■ **Records to process**

+===+

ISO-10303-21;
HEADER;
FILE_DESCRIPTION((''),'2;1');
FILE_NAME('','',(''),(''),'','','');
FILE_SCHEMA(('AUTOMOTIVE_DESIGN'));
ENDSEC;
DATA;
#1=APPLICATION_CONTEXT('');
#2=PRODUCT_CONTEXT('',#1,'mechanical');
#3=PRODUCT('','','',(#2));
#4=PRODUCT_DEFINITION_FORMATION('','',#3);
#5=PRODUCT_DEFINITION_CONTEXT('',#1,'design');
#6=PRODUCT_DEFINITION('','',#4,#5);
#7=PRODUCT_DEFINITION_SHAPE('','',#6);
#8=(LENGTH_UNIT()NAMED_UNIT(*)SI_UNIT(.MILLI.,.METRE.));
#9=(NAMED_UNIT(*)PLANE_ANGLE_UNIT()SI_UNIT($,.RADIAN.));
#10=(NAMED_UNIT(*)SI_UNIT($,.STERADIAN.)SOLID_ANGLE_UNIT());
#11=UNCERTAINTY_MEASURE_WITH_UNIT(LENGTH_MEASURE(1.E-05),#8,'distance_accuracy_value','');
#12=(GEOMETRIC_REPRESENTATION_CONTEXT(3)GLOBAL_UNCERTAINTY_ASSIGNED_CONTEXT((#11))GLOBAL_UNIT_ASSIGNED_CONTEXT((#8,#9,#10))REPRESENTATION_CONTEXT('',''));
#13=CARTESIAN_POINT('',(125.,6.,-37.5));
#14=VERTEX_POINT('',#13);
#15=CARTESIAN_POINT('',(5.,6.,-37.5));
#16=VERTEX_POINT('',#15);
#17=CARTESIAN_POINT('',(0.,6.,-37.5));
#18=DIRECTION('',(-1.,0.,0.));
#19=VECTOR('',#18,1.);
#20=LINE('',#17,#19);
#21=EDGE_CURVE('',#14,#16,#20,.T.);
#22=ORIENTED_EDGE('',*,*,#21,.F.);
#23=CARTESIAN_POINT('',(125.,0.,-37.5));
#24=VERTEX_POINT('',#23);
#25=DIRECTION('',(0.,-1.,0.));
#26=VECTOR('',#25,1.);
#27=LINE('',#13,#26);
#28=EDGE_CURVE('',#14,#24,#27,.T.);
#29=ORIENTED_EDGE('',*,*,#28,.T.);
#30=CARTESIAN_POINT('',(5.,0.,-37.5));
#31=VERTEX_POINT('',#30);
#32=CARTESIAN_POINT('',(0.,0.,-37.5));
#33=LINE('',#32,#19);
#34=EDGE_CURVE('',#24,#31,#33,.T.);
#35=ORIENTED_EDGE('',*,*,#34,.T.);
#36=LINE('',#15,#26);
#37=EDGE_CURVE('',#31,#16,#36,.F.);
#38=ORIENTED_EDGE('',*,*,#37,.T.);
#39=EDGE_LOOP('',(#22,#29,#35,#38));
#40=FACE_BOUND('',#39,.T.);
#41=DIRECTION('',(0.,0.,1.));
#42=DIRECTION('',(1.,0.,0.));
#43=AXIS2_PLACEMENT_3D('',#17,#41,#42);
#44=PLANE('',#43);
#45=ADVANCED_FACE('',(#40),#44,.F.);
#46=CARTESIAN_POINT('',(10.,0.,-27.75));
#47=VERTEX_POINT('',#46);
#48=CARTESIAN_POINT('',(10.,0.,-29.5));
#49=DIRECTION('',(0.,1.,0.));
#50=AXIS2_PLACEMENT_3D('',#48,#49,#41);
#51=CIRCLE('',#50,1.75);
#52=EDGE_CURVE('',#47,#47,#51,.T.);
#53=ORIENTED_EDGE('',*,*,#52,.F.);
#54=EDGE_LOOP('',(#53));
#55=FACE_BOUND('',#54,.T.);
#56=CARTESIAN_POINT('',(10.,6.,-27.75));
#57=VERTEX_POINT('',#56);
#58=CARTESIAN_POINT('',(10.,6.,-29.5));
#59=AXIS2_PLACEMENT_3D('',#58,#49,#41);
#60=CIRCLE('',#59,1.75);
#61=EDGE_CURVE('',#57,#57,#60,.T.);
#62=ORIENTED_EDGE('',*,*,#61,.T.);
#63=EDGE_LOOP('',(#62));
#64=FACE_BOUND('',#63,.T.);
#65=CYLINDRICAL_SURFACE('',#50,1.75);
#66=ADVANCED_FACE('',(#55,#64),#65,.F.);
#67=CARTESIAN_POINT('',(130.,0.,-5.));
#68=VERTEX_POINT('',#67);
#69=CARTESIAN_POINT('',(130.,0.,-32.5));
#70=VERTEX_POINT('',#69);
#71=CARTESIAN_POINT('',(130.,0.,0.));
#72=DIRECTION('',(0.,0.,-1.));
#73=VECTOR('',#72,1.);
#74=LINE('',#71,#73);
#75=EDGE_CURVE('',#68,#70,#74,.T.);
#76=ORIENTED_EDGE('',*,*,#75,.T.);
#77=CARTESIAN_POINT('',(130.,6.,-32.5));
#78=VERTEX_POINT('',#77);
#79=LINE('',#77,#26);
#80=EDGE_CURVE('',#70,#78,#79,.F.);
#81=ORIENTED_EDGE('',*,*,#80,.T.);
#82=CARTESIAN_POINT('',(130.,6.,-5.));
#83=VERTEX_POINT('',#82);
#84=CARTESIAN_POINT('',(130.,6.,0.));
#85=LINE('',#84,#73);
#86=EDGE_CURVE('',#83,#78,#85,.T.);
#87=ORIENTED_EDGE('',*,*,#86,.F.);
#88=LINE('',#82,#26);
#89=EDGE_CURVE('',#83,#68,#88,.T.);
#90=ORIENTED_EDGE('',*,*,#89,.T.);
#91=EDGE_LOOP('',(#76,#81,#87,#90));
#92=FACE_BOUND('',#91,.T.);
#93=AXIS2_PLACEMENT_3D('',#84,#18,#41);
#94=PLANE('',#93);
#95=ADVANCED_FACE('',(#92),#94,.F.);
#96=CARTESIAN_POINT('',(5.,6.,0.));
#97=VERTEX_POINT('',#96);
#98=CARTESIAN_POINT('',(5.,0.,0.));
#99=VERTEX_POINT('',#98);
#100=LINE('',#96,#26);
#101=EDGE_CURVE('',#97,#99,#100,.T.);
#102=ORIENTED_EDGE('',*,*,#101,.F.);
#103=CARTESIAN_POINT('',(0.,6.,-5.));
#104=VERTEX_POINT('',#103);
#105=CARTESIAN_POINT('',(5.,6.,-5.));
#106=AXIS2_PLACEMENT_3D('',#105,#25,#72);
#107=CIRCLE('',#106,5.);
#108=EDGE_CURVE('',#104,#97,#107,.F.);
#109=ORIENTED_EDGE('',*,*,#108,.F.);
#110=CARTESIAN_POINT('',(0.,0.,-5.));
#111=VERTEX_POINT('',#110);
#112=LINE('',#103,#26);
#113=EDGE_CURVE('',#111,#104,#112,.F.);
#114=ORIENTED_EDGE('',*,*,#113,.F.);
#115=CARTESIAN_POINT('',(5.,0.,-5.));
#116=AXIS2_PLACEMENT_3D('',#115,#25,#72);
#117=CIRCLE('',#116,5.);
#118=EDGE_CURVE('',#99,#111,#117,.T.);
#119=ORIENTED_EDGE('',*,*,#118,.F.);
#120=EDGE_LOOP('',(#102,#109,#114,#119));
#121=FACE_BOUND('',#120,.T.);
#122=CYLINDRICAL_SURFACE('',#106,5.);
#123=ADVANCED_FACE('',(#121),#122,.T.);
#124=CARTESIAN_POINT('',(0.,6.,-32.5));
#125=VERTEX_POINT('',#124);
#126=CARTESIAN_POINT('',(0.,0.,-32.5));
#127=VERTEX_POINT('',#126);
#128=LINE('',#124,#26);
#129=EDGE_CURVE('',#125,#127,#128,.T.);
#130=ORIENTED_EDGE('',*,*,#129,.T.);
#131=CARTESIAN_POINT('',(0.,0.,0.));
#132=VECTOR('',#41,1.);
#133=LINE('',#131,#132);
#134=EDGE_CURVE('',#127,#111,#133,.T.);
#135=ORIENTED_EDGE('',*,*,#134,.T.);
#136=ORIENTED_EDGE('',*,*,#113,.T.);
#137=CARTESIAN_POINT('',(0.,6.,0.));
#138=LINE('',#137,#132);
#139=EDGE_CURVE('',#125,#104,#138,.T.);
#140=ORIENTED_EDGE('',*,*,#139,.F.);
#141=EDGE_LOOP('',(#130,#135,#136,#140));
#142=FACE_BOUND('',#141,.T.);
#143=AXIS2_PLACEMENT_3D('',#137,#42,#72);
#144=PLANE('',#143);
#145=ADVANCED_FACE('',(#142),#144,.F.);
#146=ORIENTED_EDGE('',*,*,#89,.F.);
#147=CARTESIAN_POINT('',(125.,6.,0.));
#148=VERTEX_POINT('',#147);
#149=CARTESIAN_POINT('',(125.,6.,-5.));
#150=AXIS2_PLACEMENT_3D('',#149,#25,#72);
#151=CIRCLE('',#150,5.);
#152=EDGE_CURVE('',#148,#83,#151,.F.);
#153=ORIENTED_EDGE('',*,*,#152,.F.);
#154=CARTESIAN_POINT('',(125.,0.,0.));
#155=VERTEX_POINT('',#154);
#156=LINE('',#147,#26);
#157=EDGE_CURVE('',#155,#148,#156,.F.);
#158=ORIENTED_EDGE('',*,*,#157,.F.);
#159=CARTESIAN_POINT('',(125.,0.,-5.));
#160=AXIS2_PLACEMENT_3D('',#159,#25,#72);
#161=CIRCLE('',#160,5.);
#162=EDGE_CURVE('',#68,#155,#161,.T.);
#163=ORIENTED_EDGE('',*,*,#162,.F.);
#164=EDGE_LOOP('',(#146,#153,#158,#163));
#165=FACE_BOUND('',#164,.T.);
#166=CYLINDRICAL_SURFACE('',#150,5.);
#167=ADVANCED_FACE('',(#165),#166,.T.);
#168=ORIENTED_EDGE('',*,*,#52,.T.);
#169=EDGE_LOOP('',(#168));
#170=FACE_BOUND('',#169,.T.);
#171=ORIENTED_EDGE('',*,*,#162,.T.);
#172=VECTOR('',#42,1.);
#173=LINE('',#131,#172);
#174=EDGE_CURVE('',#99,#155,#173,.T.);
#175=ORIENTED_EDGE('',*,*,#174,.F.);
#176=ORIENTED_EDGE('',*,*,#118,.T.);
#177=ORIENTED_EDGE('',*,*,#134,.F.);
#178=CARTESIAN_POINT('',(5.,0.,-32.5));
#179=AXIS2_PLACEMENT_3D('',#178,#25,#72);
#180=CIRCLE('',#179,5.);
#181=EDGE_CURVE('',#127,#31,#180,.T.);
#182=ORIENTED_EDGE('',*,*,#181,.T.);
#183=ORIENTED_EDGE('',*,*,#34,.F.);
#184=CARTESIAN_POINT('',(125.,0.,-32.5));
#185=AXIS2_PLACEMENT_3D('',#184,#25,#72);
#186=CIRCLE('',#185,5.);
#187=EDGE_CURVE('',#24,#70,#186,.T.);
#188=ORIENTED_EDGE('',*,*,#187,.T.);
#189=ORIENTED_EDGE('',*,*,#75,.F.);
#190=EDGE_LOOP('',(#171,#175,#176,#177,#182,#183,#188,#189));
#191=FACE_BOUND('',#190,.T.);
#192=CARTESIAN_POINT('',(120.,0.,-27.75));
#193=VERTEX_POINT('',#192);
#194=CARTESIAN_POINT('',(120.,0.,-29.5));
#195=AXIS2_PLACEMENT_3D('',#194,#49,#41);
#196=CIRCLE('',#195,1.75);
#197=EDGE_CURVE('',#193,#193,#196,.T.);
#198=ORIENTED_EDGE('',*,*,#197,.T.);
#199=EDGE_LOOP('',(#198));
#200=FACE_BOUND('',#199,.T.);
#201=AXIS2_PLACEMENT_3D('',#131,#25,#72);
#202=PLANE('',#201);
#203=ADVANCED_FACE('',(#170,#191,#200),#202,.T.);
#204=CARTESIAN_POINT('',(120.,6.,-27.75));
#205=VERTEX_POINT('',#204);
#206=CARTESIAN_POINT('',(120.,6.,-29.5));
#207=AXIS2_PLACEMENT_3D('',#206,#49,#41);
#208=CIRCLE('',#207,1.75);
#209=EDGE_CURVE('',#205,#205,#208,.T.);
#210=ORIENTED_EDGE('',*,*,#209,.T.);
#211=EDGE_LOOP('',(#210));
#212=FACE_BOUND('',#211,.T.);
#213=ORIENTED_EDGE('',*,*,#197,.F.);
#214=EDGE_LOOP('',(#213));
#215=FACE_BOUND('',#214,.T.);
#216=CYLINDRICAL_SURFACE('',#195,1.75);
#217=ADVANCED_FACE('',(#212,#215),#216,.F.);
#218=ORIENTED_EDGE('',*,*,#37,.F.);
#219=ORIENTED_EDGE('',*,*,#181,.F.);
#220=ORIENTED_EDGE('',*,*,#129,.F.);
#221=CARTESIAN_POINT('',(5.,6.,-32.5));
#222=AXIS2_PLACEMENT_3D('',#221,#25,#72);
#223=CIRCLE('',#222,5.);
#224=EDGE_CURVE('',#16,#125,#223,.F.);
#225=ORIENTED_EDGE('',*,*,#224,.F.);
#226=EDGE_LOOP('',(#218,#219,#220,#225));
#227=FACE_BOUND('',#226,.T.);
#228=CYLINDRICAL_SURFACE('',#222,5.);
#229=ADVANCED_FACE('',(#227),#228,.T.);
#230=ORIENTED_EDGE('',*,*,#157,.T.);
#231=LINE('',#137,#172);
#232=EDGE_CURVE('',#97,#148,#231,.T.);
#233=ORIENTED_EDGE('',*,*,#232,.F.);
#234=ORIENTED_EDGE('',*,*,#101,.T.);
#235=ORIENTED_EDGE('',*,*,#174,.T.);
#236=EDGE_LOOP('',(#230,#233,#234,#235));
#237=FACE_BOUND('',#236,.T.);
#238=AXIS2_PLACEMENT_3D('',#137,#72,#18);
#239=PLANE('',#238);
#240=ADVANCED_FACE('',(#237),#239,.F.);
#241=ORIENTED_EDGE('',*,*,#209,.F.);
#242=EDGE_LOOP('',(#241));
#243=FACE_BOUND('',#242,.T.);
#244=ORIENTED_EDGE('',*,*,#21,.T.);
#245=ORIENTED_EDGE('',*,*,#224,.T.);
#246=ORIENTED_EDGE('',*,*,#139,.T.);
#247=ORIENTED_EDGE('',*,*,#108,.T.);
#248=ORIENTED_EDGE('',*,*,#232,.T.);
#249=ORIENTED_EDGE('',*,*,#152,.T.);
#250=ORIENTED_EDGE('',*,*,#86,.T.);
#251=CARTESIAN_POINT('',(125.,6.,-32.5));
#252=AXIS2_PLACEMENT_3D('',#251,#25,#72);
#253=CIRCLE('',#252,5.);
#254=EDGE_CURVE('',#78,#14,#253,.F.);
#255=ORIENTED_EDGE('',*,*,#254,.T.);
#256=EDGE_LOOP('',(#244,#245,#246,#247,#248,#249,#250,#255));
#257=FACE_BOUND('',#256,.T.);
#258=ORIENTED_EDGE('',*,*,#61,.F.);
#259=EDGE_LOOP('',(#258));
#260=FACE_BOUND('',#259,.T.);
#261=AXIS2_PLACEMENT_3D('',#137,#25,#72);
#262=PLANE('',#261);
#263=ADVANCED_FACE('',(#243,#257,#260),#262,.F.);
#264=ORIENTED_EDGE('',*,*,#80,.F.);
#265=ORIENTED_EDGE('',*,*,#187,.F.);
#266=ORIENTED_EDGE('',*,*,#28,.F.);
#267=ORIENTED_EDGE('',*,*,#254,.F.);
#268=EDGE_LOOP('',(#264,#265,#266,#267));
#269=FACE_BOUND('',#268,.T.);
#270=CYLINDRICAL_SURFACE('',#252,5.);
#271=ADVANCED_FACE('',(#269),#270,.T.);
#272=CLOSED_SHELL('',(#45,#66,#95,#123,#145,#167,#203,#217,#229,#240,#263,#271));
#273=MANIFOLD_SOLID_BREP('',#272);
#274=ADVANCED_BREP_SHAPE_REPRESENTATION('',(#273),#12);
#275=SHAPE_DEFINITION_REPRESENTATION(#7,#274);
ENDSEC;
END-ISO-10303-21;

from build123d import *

# Parameters (mm, degrees)
SKETCH1_W           = 130
SKETCH1_H           = 37.5
BOSS_EXTRUDE1_DEPTH = 6
FILLET1_R           = 5
SKETCH2_R           = 1.75
CUT_EXTRUDE1_DEPTH  = 6


with BuildPart() as part:
    # Sketch1 → Boss-Extrude1 (new body)
    with BuildSketch(Plane(origin=(0, 0, 0), x_dir=(1, 0, 0), z_dir=(0, 1, 0))):
        with Locations((65, 18.75)):
            Rectangle(SKETCH1_W, SKETCH1_H)
    extrude(amount=BOSS_EXTRUDE1_DEPTH)

    # Fillet1
    fillet1_edges = [part.edges().sort_by_distance(p)[0] for p in [
        (0, 3, -37.5),
        (130, 3, -37.5),
        (130, 3, 0),
        (0, 3, 0),
    ]]
    fillet(fillet1_edges, radius=FILLET1_R)

    # Sketch2 → Cut-Extrude1 (cut)
    with BuildSketch(Plane(origin=(0, 6, 0), x_dir=(1, 0, 0), z_dir=(0, 1, 0))):
        with Locations((10, 29.5)):
            Circle(SKETCH2_R)
        with Locations((120, 29.5)):
            Circle(SKETCH2_R)
    extrude(amount=-CUT_EXTRUDE1_DEPTH, mode=Mode.SUBTRACT)


solid = part.part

+===+

■ **What to do**
Taking the listing above as the source, transcribe only the lines starting at the line with "#36=LINE('',#15,#26);" and going through the line with "#44=PLANE('',#43);", unaltered and with both ends included.

■ **Expected answer**
#36=LINE('',#15,#26);
#37=EDGE_CURVE('',#31,#16,#36,.F.);
#38=ORIENTED_EDGE('',*,*,#37,.T.);
#39=EDGE_LOOP('',(#22,#29,#35,#38));
#40=FACE_BOUND('',#39,.T.);
#41=DIRECTION('',(0.,0.,1.));
#42=DIRECTION('',(1.,0.,0.));
#43=AXIS2_PLACEMENT_3D('',#17,#41,#42);
#44=PLANE('',#43);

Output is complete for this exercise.